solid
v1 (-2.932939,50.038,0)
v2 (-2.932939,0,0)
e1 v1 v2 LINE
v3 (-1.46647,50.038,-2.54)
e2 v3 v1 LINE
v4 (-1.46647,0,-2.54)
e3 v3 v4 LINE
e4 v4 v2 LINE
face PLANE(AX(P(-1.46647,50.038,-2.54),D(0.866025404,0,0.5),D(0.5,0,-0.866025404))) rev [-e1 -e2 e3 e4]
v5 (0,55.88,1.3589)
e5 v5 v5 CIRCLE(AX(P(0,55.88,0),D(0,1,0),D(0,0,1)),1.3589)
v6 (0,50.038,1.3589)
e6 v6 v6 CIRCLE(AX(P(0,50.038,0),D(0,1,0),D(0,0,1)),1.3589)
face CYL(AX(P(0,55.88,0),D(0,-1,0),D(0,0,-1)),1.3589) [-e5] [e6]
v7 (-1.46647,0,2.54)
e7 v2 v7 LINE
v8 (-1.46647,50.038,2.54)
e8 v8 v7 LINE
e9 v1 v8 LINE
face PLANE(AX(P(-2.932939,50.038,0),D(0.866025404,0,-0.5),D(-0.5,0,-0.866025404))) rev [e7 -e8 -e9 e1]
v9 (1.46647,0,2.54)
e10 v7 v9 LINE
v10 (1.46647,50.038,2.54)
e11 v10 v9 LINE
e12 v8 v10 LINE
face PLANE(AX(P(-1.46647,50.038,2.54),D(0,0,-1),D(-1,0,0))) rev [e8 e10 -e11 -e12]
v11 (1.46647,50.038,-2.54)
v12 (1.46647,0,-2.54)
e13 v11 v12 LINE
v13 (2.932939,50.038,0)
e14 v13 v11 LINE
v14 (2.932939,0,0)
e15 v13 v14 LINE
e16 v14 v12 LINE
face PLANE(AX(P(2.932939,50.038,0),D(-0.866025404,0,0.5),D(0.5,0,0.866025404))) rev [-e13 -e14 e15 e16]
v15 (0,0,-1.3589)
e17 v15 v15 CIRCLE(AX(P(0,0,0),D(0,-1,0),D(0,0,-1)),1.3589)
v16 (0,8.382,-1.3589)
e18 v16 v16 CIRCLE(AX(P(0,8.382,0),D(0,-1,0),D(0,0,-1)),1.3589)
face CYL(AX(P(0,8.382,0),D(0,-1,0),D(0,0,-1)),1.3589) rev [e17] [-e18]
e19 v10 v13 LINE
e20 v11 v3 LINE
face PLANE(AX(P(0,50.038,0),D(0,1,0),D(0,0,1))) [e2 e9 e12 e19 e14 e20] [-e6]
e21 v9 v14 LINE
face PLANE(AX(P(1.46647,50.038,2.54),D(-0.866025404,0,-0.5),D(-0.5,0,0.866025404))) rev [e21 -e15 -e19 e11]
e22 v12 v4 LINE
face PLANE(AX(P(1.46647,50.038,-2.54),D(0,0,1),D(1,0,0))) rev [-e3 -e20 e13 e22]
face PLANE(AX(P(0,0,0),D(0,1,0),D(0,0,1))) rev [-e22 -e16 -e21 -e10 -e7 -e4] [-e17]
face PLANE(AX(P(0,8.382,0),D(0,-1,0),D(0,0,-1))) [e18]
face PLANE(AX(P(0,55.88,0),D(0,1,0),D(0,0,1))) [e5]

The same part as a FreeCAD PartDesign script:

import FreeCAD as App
import Part
import Sketcher

V = App.Vector
Q = App.Units.Quantity

doc = App.newDocument("Part")
params = doc.addObject("Spreadsheet::Sheet", "Params")
for row, (alias, value) in enumerate([
    ("pad1_length", "1.97 in"),
    ("sketch2_diameter", "0.107 in"),
    ("pad2_length", "0.23 in"),
    ("sketch3_diameter", "0.107 in"),
    ("pocket1_length", "0.33 in"),
], start=1):
    params.set(f"A{row}", alias)
    params.set(f"B{row}", "=" + value)
    params.setAlias(f"B{row}", alias)

body = doc.addObject("PartDesign::Body", "Body")

# Sketch on XZ plane
sketch1 = doc.addObject("Sketcher::SketchObject", "Sketch")
body.addObject(sketch1)
sketch1.AttachmentSupport = (doc.XZ_Plane, [""])
sketch1.MapMode = "FlatFace"
sketch1.addGeometry([
    Part.LineSegment(V(2.9, 0, 0), V(1.5, -2.5, 0)),  # 0
    Part.LineSegment(V(1.5, -2.5, 0), V(-1.5, -2.5, 0)),  # 1
    Part.LineSegment(V(-1.5, -2.5, 0), V(-2.9, 0, 0)),  # 2
    Part.LineSegment(V(-2.9, 0, 0), V(-1.5, 2.5, 0)),  # 3
    Part.LineSegment(V(-1.5, 2.5, 0), V(1.5, 2.5, 0)),  # 4
    Part.LineSegment(V(1.5, 2.5, 0), V(2.9, 0, 0)),  # 5
], False)
sketch1.addConstraint([
    Sketcher.Constraint("Coincident", 0, 2, 1, 1),
    Sketcher.Constraint("Coincident", 1, 2, 2, 1),
    Sketcher.Constraint("Coincident", 2, 2, 3, 1),
    Sketcher.Constraint("Coincident", 3, 2, 4, 1),
    Sketcher.Constraint("Coincident", 4, 2, 5, 1),
    Sketcher.Constraint("Coincident", 5, 2, 0, 1),
    Sketcher.Constraint("Horizontal", 1),
    Sketcher.Constraint("Horizontal", 4),
    Sketcher.Constraint("Symmetric", 0, 2, 3, 2, -1, 1),
    Sketcher.Constraint("Symmetric", 2, 2, 5, 2, -1, 1),
    Sketcher.Constraint("PointOnObject", 2, 2, -1),
    Sketcher.Constraint("Parallel", 2, 5),
    Sketcher.Constraint("Vertical", 1, 2, 3, 2),
    Sketcher.Constraint("Angle", 0, Q("-120 deg")),
    Sketcher.Constraint("DistanceY", 0, 2, -1, 1, Q("0.1 in")),
    Sketcher.Constraint("DistanceX", 1, 2, 1, 1, Q("2.932939 mm")),
])
pad1 = doc.addObject("PartDesign::Pad", "Pad")
body.addObject(pad1)
pad1.Profile = sketch1
pad1.setExpression("Length", "Params.pad1_length")
pad1.Reversed = True

# Sketch on XZ plane
sketch2 = doc.addObject("Sketcher::SketchObject", "Sketch001")
body.addObject(sketch2)
sketch2.AttachmentSupport = (doc.XZ_Plane, [""])
sketch2.MapMode = "FlatFace"
sketch2.AttachmentOffset = App.Placement(V(0, 0, -1.97 * 25.4), App.Rotation())
sketch2.addGeometry(Part.Circle(V(0, 0, 0), V(0, 0, 1), 1.4), False)
sketch2.addConstraint([
    Sketcher.Constraint("Coincident", 0, 3, -1, 1),
    Sketcher.Constraint("Diameter", 0, Q("0.107 in")),
])
sketch2.setExpression("Constraints[1]", "Params.sketch2_diameter")
pad2 = doc.addObject("PartDesign::Pad", "Pad001")
body.addObject(pad2)
pad2.Profile = sketch2
pad2.setExpression("Length", "Params.pad2_length")
pad2.Reversed = True

# Sketch on XZ plane
sketch3 = doc.addObject("Sketcher::SketchObject", "Sketch002")
body.addObject(sketch3)
sketch3.AttachmentSupport = (doc.XZ_Plane, [""])
sketch3.MapMode = "FlatFace"
sketch3.addGeometry(Part.Circle(V(0, 0, 0), V(0, 0, 1), 1.4), False)
sketch3.addConstraint([
    Sketcher.Constraint("Coincident", 0, 3, -1, 1),
    Sketcher.Constraint("Diameter", 0, Q("0.107 in")),
])
sketch3.setExpression("Constraints[1]", "Params.sketch3_diameter")
pocket1 = doc.addObject("PartDesign::Pocket", "Pocket")
body.addObject(pocket1)
pocket1.Profile = sketch3
pocket1.setExpression("Length", "Params.pocket1_length")

doc.recompute()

________________

Beginning with the line containing "e21 v9 v14 LINE" in the material above, copy every line exactly until you have copied the line containing "The same part".

> Output for this task
e21 v9 v14 LINE
face PLANE(AX(P(1.46647,50.038,2.54),D(-0.866025404,0,-0.5),D(-0.5,0,0.866025404))) rev [e21 -e15 -e19 e11]
e22 v12 v4 LINE
face PLANE(AX(P(1.46647,50.038,-2.54),D(0,0,1),D(1,0,0))) rev [-e3 -e20 e13 e22]
face PLANE(AX(P(0,0,0),D(0,1,0),D(0,0,1))) rev [-e22 -e16 -e21 -e10 -e7 -e4] [-e17]
face PLANE(AX(P(0,8.382,0),D(0,-1,0),D(0,0,-1))) [e18]
face PLANE(AX(P(0,55.88,0),D(0,1,0),D(0,0,1))) [e5]

The same part as a FreeCAD PartDesign script:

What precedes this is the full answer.